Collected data
######
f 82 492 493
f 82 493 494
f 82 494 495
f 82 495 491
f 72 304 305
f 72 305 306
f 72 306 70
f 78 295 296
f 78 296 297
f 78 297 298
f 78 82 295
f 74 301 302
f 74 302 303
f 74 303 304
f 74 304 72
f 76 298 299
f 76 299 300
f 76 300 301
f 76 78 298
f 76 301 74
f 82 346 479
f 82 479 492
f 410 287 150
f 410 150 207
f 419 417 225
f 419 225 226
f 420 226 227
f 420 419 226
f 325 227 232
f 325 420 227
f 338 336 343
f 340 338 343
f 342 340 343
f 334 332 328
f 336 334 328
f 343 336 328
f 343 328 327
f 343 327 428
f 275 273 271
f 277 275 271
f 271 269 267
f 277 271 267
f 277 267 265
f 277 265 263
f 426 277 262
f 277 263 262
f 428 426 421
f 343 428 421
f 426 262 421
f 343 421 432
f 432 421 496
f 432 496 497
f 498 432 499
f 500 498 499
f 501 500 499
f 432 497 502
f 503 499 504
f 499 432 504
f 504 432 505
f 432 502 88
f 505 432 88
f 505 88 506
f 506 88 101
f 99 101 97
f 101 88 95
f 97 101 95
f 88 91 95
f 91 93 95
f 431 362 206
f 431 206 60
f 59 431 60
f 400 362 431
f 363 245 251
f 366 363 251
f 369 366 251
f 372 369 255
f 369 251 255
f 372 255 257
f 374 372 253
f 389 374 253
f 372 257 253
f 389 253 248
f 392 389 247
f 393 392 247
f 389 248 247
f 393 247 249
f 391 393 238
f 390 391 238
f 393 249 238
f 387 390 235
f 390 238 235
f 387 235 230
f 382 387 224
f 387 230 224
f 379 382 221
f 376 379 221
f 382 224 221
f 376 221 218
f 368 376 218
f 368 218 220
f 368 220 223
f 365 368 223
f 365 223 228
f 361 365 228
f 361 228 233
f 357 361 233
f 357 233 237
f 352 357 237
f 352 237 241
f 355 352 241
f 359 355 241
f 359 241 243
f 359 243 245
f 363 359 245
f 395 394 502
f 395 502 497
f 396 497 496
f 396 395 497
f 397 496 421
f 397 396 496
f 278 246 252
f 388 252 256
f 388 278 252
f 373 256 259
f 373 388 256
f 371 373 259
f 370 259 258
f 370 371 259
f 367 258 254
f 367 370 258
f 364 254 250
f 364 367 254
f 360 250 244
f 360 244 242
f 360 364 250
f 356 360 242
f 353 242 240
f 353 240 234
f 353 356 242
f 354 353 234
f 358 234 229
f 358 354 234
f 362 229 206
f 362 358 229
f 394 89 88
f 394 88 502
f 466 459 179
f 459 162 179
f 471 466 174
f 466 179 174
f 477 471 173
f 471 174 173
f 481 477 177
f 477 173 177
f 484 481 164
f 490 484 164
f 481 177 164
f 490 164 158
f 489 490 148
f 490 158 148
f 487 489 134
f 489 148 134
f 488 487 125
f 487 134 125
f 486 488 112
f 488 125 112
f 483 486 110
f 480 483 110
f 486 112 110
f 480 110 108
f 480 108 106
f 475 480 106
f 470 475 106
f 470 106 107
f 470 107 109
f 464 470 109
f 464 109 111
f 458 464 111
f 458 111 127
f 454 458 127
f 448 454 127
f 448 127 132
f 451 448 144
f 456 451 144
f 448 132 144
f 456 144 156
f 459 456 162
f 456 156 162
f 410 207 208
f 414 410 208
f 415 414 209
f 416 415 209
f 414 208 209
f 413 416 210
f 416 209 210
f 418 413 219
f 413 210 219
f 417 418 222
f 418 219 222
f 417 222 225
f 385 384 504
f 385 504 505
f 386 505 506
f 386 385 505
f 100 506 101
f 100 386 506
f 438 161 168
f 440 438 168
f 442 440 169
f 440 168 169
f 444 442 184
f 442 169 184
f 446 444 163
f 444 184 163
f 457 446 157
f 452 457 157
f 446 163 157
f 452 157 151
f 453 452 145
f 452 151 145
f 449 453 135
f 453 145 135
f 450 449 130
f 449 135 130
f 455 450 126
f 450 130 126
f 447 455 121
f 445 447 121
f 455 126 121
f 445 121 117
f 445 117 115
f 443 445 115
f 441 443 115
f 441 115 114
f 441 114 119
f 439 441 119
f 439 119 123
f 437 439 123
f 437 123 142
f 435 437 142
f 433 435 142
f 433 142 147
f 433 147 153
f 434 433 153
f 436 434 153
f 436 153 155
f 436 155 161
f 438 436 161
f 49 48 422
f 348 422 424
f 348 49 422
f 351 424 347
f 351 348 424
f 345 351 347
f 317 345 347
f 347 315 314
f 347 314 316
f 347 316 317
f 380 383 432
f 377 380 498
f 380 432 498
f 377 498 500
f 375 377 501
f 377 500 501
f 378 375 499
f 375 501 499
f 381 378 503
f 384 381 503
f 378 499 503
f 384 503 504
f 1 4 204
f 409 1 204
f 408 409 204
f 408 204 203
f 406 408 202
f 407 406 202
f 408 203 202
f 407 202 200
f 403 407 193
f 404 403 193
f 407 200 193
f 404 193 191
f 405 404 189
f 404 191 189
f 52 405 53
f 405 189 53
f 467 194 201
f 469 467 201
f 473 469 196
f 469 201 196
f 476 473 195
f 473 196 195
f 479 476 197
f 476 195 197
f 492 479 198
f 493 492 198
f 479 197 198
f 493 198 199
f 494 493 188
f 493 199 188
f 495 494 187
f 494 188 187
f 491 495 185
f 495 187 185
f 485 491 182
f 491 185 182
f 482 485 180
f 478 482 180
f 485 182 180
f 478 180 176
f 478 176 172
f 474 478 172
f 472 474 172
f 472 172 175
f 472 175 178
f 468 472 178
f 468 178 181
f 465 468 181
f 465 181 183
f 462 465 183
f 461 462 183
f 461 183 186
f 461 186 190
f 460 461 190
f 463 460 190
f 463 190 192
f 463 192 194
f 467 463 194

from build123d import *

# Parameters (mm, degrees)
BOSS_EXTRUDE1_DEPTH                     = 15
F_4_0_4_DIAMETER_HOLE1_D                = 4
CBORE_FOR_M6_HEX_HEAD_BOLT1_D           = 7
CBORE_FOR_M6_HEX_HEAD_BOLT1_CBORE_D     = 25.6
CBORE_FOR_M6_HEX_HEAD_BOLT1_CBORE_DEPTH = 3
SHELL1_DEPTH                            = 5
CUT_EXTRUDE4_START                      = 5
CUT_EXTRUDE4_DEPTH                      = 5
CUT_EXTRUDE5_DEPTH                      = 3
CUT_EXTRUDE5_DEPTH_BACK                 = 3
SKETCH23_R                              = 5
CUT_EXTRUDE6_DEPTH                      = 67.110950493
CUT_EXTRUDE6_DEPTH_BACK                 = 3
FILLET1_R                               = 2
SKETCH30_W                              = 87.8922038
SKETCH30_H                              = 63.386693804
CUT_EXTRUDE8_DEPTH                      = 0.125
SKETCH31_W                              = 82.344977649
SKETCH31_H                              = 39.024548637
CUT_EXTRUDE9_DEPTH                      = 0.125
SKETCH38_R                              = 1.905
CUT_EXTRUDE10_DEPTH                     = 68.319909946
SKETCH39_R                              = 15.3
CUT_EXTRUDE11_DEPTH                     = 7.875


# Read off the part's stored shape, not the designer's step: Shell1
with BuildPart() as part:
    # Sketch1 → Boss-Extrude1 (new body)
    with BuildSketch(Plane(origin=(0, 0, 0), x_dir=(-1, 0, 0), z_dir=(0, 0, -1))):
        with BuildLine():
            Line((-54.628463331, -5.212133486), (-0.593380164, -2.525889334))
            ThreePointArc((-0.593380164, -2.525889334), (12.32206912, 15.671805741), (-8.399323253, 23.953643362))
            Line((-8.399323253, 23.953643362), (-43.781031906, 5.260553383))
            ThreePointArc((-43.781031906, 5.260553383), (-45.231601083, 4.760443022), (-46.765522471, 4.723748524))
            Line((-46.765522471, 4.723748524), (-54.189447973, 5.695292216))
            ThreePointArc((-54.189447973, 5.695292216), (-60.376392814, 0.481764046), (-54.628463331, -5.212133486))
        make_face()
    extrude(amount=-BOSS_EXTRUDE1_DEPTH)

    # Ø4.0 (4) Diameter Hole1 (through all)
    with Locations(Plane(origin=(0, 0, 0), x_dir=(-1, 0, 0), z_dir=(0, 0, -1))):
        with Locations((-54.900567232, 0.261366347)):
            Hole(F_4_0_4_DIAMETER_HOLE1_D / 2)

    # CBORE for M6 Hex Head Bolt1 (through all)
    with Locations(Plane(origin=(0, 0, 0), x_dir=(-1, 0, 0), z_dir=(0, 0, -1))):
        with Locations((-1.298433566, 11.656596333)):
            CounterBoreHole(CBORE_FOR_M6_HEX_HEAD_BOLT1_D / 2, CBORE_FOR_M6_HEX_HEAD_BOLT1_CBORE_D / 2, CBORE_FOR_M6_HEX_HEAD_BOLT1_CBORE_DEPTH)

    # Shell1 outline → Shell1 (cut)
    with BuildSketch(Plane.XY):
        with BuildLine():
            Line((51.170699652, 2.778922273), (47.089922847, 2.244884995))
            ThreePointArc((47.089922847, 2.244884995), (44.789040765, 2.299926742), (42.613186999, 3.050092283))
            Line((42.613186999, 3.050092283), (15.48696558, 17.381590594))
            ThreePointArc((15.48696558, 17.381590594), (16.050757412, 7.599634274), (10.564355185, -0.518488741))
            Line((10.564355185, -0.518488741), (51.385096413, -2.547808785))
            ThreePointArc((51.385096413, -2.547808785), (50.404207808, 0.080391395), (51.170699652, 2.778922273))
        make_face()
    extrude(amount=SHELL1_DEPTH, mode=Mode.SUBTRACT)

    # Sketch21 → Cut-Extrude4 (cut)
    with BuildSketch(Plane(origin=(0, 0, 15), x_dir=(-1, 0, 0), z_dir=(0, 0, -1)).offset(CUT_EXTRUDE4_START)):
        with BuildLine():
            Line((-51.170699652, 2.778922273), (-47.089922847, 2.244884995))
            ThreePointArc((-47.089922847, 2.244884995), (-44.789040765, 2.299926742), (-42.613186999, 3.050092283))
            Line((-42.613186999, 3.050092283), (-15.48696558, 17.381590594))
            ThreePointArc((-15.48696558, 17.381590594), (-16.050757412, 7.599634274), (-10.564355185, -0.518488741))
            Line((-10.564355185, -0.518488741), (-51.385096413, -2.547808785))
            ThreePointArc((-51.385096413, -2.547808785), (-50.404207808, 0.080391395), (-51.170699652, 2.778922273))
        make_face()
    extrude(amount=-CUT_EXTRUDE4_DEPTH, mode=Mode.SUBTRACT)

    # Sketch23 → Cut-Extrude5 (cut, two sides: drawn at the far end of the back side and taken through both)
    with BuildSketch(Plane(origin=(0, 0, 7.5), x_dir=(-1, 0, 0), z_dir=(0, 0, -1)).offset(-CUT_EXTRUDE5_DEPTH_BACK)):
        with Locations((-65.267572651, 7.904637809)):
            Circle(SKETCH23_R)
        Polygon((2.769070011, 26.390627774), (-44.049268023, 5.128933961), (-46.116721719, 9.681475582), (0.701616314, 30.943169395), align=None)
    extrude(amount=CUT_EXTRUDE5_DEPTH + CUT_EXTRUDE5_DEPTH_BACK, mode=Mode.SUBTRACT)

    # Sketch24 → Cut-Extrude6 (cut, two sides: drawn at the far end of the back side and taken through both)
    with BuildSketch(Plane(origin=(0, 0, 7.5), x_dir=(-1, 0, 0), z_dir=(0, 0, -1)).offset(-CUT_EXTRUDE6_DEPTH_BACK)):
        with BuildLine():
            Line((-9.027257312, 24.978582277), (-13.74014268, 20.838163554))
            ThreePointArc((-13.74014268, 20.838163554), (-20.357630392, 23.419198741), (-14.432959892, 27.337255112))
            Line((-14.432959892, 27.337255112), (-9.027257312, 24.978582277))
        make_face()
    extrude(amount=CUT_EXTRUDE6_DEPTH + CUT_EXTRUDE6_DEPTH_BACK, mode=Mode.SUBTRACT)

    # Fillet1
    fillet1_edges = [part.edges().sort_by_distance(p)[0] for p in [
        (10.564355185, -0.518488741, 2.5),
######
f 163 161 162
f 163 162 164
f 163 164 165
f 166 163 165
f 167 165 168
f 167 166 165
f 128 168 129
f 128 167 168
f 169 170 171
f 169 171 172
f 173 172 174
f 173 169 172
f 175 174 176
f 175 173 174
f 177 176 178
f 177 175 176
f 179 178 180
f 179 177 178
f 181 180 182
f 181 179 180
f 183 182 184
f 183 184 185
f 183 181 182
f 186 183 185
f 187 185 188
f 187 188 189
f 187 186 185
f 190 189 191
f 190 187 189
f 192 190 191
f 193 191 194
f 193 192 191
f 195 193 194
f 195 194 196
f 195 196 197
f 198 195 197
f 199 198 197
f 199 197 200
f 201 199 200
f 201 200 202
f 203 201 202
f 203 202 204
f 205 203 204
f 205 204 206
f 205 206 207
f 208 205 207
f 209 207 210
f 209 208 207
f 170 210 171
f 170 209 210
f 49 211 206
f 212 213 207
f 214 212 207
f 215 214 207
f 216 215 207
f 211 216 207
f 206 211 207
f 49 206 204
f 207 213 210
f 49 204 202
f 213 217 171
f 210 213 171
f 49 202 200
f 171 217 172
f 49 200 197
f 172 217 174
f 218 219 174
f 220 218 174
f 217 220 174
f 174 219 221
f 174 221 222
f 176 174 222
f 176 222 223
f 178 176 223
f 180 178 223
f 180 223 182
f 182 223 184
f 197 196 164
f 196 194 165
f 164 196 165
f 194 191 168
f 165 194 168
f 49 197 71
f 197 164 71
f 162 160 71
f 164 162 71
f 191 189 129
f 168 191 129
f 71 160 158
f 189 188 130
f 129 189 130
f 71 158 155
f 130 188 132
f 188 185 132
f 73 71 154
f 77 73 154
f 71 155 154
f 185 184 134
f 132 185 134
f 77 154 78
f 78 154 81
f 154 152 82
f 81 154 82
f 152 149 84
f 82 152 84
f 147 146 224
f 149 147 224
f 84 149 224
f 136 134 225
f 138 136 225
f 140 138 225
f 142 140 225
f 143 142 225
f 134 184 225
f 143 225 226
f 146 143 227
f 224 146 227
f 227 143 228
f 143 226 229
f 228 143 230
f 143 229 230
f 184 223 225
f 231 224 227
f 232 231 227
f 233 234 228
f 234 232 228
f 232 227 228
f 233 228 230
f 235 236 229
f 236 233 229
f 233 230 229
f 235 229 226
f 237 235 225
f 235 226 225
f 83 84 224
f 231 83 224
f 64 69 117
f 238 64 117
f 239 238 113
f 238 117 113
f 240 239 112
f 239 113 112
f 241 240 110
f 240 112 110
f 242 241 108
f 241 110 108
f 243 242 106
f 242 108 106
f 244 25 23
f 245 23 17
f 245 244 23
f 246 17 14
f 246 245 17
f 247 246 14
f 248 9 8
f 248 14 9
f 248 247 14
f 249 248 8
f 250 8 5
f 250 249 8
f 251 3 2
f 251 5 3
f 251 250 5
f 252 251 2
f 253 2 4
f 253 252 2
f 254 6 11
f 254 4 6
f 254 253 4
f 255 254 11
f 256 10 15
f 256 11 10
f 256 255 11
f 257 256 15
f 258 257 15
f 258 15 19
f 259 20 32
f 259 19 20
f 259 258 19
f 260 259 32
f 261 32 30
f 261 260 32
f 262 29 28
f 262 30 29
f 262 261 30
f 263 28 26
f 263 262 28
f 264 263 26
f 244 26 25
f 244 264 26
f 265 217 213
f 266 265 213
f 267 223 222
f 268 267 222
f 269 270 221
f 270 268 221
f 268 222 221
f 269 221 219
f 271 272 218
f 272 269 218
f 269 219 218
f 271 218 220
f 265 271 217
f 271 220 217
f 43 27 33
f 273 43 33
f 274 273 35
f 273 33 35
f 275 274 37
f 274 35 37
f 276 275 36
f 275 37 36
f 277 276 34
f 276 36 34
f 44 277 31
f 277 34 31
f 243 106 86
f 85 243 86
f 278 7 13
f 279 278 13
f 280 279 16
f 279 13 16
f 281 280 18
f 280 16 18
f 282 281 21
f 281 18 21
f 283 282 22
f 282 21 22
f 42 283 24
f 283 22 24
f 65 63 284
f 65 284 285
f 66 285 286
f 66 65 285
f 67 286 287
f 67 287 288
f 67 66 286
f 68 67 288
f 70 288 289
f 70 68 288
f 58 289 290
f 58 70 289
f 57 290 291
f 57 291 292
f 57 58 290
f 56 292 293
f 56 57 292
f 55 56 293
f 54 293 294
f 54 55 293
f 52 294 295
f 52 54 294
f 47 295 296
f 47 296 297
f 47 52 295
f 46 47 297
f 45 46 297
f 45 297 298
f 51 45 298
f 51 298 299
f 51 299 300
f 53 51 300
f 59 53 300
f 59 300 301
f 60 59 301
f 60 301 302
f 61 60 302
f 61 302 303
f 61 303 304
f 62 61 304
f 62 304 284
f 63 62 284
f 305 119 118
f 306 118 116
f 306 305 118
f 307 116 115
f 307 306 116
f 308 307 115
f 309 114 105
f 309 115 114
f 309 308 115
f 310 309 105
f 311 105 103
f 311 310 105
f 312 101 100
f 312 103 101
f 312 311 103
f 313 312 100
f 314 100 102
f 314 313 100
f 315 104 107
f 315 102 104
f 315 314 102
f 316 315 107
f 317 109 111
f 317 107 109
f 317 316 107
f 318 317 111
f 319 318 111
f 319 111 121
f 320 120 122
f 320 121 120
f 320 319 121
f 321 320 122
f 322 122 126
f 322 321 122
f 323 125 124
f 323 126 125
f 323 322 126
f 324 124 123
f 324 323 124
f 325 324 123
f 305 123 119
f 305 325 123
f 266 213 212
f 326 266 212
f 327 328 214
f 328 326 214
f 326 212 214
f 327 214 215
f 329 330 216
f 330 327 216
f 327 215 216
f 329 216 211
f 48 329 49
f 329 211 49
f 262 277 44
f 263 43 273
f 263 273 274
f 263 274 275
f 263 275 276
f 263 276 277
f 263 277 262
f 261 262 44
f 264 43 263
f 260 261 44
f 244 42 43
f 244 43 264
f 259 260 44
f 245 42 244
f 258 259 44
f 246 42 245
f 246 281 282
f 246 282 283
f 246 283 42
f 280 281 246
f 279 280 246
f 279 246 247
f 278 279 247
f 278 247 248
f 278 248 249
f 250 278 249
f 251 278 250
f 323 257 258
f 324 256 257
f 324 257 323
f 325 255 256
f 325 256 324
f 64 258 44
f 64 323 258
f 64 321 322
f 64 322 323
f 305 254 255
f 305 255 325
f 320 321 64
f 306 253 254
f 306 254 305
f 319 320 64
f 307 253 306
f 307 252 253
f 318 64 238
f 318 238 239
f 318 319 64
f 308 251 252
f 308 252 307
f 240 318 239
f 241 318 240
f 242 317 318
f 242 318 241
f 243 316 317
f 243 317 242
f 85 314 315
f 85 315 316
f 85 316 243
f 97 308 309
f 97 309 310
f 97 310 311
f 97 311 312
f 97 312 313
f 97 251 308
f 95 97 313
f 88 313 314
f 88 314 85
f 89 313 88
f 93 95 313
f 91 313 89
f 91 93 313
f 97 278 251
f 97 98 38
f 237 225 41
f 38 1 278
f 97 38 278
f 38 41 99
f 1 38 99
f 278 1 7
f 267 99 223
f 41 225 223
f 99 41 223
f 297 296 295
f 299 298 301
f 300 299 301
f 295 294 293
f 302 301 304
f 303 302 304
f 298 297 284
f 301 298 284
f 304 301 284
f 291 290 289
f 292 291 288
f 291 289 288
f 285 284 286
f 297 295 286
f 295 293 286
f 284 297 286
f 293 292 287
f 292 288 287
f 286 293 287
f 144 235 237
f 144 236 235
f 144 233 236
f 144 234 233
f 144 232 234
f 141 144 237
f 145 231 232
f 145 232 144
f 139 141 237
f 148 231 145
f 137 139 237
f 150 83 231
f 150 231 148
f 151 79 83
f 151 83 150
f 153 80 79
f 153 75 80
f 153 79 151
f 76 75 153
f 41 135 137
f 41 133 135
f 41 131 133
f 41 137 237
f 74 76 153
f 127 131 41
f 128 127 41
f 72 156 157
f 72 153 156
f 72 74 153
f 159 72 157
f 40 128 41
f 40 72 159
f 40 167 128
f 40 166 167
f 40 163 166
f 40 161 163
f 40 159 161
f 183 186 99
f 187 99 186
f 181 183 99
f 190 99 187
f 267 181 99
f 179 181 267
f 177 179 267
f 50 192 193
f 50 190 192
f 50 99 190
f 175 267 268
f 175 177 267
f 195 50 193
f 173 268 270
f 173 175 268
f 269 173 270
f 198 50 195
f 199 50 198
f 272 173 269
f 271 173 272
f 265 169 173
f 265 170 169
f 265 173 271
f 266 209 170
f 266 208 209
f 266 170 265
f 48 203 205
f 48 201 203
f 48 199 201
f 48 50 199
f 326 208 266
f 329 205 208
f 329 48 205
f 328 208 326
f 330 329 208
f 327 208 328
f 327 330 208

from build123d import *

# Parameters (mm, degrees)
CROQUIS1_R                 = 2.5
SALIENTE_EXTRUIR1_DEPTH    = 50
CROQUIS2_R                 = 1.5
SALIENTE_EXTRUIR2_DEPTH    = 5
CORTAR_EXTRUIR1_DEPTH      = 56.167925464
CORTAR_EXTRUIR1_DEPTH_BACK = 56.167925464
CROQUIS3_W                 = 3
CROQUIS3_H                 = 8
######
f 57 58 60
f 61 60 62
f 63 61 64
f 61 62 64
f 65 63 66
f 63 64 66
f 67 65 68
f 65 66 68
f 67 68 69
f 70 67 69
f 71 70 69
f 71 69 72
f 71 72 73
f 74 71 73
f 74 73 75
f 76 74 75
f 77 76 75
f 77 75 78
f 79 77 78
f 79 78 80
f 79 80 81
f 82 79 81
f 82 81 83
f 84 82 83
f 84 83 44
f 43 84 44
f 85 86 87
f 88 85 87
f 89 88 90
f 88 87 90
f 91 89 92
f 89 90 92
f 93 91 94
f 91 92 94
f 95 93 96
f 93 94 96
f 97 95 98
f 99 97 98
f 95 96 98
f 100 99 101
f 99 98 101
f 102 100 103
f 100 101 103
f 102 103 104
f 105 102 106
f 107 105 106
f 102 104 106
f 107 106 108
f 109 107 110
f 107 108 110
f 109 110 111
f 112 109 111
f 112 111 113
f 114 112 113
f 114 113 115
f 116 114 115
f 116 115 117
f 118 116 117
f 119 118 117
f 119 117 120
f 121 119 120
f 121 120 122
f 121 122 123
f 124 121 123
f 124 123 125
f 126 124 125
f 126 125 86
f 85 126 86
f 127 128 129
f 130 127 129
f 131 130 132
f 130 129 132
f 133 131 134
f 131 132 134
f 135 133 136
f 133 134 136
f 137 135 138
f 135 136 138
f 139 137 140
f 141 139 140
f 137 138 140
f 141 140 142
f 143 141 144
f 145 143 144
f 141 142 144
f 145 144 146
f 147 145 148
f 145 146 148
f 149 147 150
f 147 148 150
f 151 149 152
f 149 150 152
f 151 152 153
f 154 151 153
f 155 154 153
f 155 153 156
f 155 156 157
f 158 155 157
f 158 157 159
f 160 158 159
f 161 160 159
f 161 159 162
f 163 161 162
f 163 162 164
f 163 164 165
######
• EXERCISE OBJECTIVE
Taking the lines above, repeat exactly those from the line that contains "f 82 492 493" through the line that contains "f 372 257 253", and both of those lines as well. Include nothing else.

• OUTPUT OF THE TASK
f 82 492 493
f 82 493 494
f 82 494 495
f 82 495 491
f 72 304 305
f 72 305 306
f 72 306 70
f 78 295 296
f 78 296 297
f 78 297 298
f 78 82 295
f 74 301 302
f 74 302 303
f 74 303 304
f 74 304 72
f 76 298 299
f 76 299 300
f 76 300 301
f 76 78 298
f 76 301 74
f 82 346 479
f 82 479 492
f 410 287 150
f 410 150 207
f 419 417 225
f 419 225 226
f 420 226 227
f 420 419 226
f 325 227 232
f 325 420 227
f 338 336 343
f 340 338 343
f 342 340 343
f 334 332 328
f 336 334 328
f 343 336 328
f 343 328 327
f 343 327 428
f 275 273 271
f 277 275 271
f 271 269 267
f 277 271 267
f 277 267 265
f 277 265 263
f 426 277 262
f 277 263 262
f 428 426 421
f 343 428 421
f 426 262 421
f 343 421 432
f 432 421 496
f 432 496 497
f 498 432 499
f 500 498 499
f 501 500 499
f 432 497 502
f 503 499 504
f 499 432 504
f 504 432 505
f 432 502 88
f 505 432 88
f 505 88 506
f 506 88 101
f 99 101 97
f 101 88 95
f 97 101 95
f 88 91 95
f 91 93 95
f 431 362 206
f 431 206 60
f 59 431 60
f 400 362 431
f 363 245 251
f 366 363 251
f 369 366 251
f 372 369 255
f 369 251 255
f 372 255 257
f 374 372 253
f 389 374 253
f 372 257 253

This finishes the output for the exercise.